The Dune Voices Programme Coordinator Mourad Sellami says that video reporting skills are necessary for any journalist wanting to work in the digital age. “For the end of this and the beginning of 2017, we at Dune Voices are planning to have more visual content. We are preparing powerful testimonies and stories of people living in the Sahara to be told in a video format,” says Sellami.
At the training in Tunis, the Dune Voices journalists met with three exceptional editors, themselves reporters and correspondents who make the Dune Voices Editorial team. They are Rima Marrouch, a journalist with BBC Arabic and Reuters; Assia Shihab El Din, who works for France 24, and Afef Ben Aicha, from the TAP News Agency.
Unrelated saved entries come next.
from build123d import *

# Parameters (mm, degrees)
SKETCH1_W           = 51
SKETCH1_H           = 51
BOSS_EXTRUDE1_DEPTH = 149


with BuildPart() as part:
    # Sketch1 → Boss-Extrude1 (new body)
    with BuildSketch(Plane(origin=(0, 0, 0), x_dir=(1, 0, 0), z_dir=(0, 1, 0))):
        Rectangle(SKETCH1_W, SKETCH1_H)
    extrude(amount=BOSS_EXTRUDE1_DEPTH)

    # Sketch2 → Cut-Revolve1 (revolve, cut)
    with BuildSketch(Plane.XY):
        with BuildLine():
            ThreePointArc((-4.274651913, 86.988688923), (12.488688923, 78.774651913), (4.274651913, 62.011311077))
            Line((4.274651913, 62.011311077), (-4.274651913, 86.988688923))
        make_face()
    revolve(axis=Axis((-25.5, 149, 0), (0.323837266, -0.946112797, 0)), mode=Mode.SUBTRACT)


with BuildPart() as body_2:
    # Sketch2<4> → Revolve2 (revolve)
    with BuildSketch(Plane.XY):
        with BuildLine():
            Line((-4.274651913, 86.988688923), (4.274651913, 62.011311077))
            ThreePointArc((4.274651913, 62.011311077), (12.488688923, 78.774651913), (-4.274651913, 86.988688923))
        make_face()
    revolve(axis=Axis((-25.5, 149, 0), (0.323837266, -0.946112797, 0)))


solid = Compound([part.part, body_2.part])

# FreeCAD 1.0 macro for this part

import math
import FreeCAD as App
import Part
import Sketcher
from FreeCAD import Vector
Q = App.Units.Quantity


def add_polygon(sketch, points):
    """Adds a closed chain of lines whose ends are joined by coincident constraints."""
    first, n = sketch.GeometryCount, len(points)
    for a, b in zip(points, points[1:] + points[:1]):
        sketch.addGeometry(Part.LineSegment(App.Vector(*a, 0), App.Vector(*b, 0)), False)
    for i in range(n):
        sketch.addConstraint(Sketcher.Constraint("Coincident", first + i, 2, first + (i + 1) % n, 1))

doc = App.newDocument("Part")
body = doc.addObject("PartDesign::Body", "Body")

sketch1 = body.newObject("Sketcher::SketchObject", "Sketch")
sketch1.AttachmentSupport = (doc.getObject("XZ_Plane"), [""])
sketch1.MapMode = "FlatFace"
add_polygon(sketch1, [(-25.5, -25.5), (-25.5, 25.5), (25.5, 25.5), (25.5, -25.5)])
sketch1.addConstraint(Sketcher.Constraint("Vertical", 0))
sketch1.addConstraint(Sketcher.Constraint("Horizontal", 1))
sketch1.addConstraint(Sketcher.Constraint("Vertical", 2))
sketch1.addConstraint(Sketcher.Constraint("Horizontal", 3))
sketch1.addConstraint(Sketcher.Constraint("Symmetric", 0, 2, 2, 2, -1, 1))
sketch1.addConstraint(Sketcher.Constraint("Equal", 3, 0))
sketch1.addConstraint(Sketcher.Constraint("DistanceX", 1, 1, 1, 2, Q("51 mm")))
pad1 = body.newObject("PartDesign::Pad", "Pad")
pad1.Profile = sketch1
pad1.Length = 149
pad1.Reversed = True

sketch2 = body.newObject("Sketcher::SketchObject", "Sketch001")
sketch2.AttachmentSupport = (doc.getObject("XY_Plane"), [""])
sketch2.MapMode = "FlatFace"
sketch2.addGeometry(Part.ArcOfCircle(Part.Circle(Vector(0, 74.5, 0), Vector(0, 0, 1), 13.2), math.radians(-71.104854), math.radians(108.895146)), False)
sketch2.addGeometry(Part.LineSegment(Vector(-4.274652, 86.988689, 0), Vector(4.274652, 62.011311, 0)), False)
sketch2.addGeometry(Part.LineSegment(Vector(-4.274652, 86.988689, 0), Vector(4.274652, 62.011311, 0)), True)
sketch2.addConstraint(Sketcher.Constraint("Coincident", 0, 1, 1, 2))
sketch2.addConstraint(Sketcher.Constraint("Coincident", 1, 1, 0, 2))
sketch2.addConstraint(Sketcher.Constraint("Coincident", 2, 1, 1, 1))
sketch2.addConstraint(Sketcher.Constraint("Coincident", 2, 2, 0, 1))
sketch2.addConstraint(Sketcher.Constraint("PointOnObject", 0, 3, -2))
sketch2.addConstraint(Sketcher.Constraint("Radius", 0, Q("13.2 mm")))
sketch2.addConstraint(Sketcher.Constraint("DistanceY", -1, 1, 0, 3, Q("74.5 mm")))
sketch2.addConstraint(Sketcher.Constraint("DistanceX", -1, 1, 0, 1, Q("4.274652 mm")))
sketch2.addConstraint(Sketcher.Constraint("DistanceX", 1, 1, -1, 1, Q("4.274652 mm")))
groove = body.newObject("PartDesign::Groove", "Groove")
groove.Profile = sketch2
groove.ReferenceAxis = (sketch2, ["Axis0"])
groove.Angle = 360
body2 = doc.addObject("PartDesign::Body", "Body001")

sketch3 = body2.newObject("Sketcher::SketchObject", "Sketch002")
sketch3.AttachmentSupport = (doc.getObject("XY_Plane001"), [""])
sketch3.MapMode = "FlatFace"
sketch3.addGeometry(Part.LineSegment(Vector(-4.274652, 86.988689, 0), Vector(4.274652, 62.011311, 0)), False)
sketch3.addGeometry(Part.ArcOfCircle(Part.Circle(Vector(0, 74.5, 0), Vector(0, 0, 1), 13.2), math.radians(-71.104854), math.radians(108.895146)), False)
sketch3.addGeometry(Part.LineSegment(Vector(-4.274652, 86.988689, 0), Vector(4.274652, 62.011311, 0)), True)
sketch3.addConstraint(Sketcher.Constraint("Coincident", 0, 1, 1, 2))
sketch3.addConstraint(Sketcher.Constraint("Coincident", 1, 1, 0, 2))
sketch3.addConstraint(Sketcher.Constraint("Coincident", 2, 1, 0, 1))
sketch3.addConstraint(Sketcher.Constraint("Coincident", 2, 2, 1, 1))
sketch3.addConstraint(Sketcher.Constraint("PointOnObject", 1, 3, -2))
sketch3.addConstraint(Sketcher.Constraint("Radius", 1, Q("13.2 mm")))
sketch3.addConstraint(Sketcher.Constraint("DistanceY", -1, 1, 1, 3, Q("74.5 mm")))
sketch3.addConstraint(Sketcher.Constraint("DistanceX", 0, 1, -1, 1, Q("4.274652 mm")))
sketch3.addConstraint(Sketcher.Constraint("DistanceX", -1, 1, 1, 1, Q("4.274652 mm")))
revolution = body2.newObject("PartDesign::Revolution", "Revolution")
revolution.Profile = sketch3
revolution.ReferenceAxis = (sketch3, ["Axis0"])
revolution.Angle = 360

doc.recompute()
“Working as a journalist from London has its own risk. As you are once or twice removed from stories produced in the field, it is sometimes easy to forget why you fell in love with your own profession in the first place. From the desk of a newsroom, you rarely have the chance to listen in person to people’s stories, to ask them questions, to report. But meeting with the journalists from Algeria during the training workshop was for me a strong reminder me why I chose this profession in the first place,” said the lead trainer and the Chief Editor Rima Marrouch.
Dune Voices is a part of the MDI project “Inclusive Voices for Conflict Prevention and Democracy Building in North Africa: Bringing the Voices of the Sahara into the Public Sphere” supported by the UK Foreign and Commonwealth Office. The training course held in Tunis was made possible by funding from the European Union Delegation in Algiers.